Beginning at the line containing "#316=EDGE_CURVE('',#135,#195,#315,.T.);" in the material below and ending at the line containing "#346=SHAPE_DEFINITION_REPRESENTATION(#7,#345);", return each line exactly and add nothing.
[Start of Attachment]
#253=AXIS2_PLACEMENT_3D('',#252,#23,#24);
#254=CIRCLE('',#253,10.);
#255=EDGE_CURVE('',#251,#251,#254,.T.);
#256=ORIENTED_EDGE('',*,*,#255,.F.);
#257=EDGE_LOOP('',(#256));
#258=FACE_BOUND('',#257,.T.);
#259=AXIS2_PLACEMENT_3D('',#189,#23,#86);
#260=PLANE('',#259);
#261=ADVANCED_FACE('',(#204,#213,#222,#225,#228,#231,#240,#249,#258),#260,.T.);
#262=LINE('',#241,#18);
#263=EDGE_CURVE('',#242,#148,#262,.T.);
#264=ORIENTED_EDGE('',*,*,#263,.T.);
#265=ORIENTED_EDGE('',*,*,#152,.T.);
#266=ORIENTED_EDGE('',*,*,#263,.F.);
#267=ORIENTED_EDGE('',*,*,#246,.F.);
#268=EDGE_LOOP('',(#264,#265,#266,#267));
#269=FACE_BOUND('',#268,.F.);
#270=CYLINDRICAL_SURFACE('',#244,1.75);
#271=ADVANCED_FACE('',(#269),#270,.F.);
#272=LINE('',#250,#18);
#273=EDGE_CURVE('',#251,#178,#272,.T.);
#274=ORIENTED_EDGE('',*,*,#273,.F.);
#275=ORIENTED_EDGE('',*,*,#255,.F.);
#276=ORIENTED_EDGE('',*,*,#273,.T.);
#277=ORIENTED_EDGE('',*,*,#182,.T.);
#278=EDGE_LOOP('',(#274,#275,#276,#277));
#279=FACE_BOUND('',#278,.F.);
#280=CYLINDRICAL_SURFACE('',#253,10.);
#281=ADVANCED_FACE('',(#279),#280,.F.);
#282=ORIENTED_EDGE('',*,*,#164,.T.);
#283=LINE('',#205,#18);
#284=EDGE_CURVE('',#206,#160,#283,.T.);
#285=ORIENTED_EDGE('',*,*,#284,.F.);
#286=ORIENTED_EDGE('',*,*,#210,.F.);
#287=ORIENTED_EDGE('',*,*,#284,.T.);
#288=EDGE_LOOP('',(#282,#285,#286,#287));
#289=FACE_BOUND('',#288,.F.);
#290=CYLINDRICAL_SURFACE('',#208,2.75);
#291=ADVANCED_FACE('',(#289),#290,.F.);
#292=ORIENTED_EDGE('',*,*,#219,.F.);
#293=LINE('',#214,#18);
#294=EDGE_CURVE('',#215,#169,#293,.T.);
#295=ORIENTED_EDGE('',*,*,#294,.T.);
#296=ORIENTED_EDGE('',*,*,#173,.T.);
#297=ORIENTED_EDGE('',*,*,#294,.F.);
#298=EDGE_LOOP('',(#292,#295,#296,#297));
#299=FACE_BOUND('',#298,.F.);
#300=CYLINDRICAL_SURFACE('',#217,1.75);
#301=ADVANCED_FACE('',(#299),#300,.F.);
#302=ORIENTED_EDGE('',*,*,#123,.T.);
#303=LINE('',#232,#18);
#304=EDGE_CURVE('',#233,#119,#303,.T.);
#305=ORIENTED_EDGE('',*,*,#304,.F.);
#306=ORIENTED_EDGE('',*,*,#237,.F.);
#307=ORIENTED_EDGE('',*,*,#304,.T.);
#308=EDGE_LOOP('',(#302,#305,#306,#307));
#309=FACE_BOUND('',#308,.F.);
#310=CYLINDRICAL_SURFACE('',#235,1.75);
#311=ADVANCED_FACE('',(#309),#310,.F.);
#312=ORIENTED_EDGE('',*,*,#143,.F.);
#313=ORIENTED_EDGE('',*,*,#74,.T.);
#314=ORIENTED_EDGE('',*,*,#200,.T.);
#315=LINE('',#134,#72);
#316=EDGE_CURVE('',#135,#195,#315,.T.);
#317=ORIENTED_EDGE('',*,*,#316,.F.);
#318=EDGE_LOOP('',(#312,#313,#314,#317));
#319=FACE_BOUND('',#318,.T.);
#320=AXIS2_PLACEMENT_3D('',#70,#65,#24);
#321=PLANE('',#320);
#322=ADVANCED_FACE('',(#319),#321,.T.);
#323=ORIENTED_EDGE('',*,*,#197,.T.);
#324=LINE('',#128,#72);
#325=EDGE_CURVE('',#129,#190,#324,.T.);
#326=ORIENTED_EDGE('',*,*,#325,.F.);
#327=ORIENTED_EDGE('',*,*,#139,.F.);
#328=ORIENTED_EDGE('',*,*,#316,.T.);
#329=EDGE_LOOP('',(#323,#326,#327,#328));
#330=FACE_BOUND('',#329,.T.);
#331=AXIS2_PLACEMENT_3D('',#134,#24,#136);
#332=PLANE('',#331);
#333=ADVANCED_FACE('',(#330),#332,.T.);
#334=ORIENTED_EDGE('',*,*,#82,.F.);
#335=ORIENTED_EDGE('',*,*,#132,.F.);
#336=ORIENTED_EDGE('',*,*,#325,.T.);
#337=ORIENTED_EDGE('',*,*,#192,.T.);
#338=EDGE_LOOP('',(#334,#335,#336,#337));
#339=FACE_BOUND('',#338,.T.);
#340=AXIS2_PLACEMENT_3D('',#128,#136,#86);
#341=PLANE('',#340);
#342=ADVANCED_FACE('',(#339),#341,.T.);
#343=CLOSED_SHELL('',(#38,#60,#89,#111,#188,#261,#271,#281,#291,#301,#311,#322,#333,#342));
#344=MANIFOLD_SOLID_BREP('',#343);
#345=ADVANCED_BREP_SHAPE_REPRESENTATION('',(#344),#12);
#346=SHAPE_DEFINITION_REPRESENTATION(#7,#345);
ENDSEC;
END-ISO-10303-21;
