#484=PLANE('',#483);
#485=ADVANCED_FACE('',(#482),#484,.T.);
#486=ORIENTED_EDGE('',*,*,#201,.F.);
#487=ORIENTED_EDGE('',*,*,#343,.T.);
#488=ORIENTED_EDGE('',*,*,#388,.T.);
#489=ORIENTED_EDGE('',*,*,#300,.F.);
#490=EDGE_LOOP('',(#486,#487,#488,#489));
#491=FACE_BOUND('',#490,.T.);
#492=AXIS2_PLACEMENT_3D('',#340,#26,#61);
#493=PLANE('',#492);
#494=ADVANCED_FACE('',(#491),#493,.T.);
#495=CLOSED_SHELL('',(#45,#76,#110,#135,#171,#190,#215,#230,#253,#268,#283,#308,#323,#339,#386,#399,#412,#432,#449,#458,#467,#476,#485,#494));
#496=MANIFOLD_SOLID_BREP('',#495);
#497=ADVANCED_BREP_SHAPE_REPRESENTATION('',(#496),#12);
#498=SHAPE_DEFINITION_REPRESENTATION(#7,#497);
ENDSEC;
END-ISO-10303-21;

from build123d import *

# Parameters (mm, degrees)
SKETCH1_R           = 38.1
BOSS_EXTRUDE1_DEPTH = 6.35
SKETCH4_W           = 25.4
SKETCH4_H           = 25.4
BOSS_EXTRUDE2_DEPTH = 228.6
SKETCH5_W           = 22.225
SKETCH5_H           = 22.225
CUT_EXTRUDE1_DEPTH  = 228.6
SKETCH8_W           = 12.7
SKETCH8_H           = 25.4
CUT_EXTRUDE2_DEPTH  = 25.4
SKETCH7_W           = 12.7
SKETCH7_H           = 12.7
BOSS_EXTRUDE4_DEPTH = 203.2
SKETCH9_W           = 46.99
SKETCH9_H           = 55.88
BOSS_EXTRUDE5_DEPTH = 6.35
[End of Attachment]
Reply:
#316=EDGE_CURVE('',#135,#195,#315,.T.);
#317=ORIENTED_EDGE('',*,*,#316,.F.);
#318=EDGE_LOOP('',(#312,#313,#314,#317));
#319=FACE_BOUND('',#318,.T.);
#320=AXIS2_PLACEMENT_3D('',#70,#65,#24);
#321=PLANE('',#320);
#322=ADVANCED_FACE('',(#319),#321,.T.);
#323=ORIENTED_EDGE('',*,*,#197,.T.);
#324=LINE('',#128,#72);
#325=EDGE_CURVE('',#129,#190,#324,.T.);
#326=ORIENTED_EDGE('',*,*,#325,.F.);
#327=ORIENTED_EDGE('',*,*,#139,.F.);
#328=ORIENTED_EDGE('',*,*,#316,.T.);
#329=EDGE_LOOP('',(#323,#326,#327,#328));
#330=FACE_BOUND('',#329,.T.);
#331=AXIS2_PLACEMENT_3D('',#134,#24,#136);
#332=PLANE('',#331);
#333=ADVANCED_FACE('',(#330),#332,.T.);
#334=ORIENTED_EDGE('',*,*,#82,.F.);
#335=ORIENTED_EDGE('',*,*,#132,.F.);
#336=ORIENTED_EDGE('',*,*,#325,.T.);
#337=ORIENTED_EDGE('',*,*,#192,.T.);
#338=EDGE_LOOP('',(#334,#335,#336,#337));
#339=FACE_BOUND('',#338,.T.);
#340=AXIS2_PLACEMENT_3D('',#128,#136,#86);
#341=PLANE('',#340);
#342=ADVANCED_FACE('',(#339),#341,.T.);
#343=CLOSED_SHELL('',(#38,#60,#89,#111,#188,#261,#271,#281,#291,#301,#311,#322,#333,#342));
#344=MANIFOLD_SOLID_BREP('',#343);
#345=ADVANCED_BREP_SHAPE_REPRESENTATION('',(#344),#12);
#346=SHAPE_DEFINITION_REPRESENTATION(#7,#345);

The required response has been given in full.